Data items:

• • • • •

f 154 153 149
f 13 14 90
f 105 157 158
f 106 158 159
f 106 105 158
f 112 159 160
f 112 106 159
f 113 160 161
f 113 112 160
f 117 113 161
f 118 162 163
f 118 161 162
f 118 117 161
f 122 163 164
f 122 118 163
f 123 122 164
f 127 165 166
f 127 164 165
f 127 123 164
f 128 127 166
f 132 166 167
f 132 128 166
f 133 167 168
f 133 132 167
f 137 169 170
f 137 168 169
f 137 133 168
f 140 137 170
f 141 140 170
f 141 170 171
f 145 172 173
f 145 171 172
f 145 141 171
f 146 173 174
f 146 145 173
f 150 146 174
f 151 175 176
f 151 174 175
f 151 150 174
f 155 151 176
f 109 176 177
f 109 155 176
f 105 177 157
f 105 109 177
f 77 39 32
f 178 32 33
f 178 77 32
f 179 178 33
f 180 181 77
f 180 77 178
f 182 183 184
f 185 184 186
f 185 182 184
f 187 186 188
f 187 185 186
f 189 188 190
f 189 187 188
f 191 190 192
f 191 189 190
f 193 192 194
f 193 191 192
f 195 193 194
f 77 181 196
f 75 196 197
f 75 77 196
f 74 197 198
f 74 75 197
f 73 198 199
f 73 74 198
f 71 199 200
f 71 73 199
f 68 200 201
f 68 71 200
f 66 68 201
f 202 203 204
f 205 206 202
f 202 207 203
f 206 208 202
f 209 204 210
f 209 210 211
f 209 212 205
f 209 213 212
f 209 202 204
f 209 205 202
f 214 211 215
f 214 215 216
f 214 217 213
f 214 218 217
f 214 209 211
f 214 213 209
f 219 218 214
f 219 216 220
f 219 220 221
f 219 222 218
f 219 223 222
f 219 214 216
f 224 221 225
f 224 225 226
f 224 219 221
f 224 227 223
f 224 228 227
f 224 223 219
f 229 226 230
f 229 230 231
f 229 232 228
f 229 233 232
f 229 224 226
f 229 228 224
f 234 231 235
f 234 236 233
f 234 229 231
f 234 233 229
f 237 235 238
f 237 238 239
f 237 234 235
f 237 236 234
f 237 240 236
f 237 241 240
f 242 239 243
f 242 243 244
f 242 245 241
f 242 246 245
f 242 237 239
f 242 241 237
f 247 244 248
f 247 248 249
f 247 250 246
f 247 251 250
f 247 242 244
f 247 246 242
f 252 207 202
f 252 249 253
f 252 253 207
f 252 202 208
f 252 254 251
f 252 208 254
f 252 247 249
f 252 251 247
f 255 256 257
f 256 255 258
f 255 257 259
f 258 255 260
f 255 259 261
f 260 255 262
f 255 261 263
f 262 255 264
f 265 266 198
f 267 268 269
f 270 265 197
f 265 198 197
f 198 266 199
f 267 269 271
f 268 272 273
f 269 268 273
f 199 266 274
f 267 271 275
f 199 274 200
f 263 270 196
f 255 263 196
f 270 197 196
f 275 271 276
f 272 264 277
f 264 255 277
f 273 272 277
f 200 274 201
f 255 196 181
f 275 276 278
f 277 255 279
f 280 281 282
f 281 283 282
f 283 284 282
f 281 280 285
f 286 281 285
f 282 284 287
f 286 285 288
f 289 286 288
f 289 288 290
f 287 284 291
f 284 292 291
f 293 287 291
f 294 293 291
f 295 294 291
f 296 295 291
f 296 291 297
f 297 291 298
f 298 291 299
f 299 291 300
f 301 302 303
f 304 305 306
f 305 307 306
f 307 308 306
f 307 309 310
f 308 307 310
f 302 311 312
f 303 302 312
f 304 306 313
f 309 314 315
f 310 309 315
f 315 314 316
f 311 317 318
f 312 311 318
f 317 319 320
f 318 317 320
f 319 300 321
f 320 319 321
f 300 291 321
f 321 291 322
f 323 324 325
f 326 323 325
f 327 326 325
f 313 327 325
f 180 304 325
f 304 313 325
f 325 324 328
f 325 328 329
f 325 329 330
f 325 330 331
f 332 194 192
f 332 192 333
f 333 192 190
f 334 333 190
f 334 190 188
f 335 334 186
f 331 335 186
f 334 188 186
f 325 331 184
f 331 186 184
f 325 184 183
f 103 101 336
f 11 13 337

• • • • •

_What the exercise asks:_ With the line containing "f 317 319 320" as the first and the final line of the entries above as the last, write out that span exactly and nothing more.

_Task solution:_
f 317 319 320
f 318 317 320
f 319 300 321
f 320 319 321
f 300 291 321
f 321 291 322
f 323 324 325
f 326 323 325
f 327 326 325
f 313 327 325
f 180 304 325
f 304 313 325
f 325 324 328
f 325 328 329
f 325 329 330
f 325 330 331
f 332 194 192
f 332 192 333
f 333 192 190
f 334 333 190
f 334 190 188
f 335 334 186
f 331 335 186
f 334 188 186
f 325 331 184
f 331 186 184
f 325 184 183
f 103 101 336
f 11 13 337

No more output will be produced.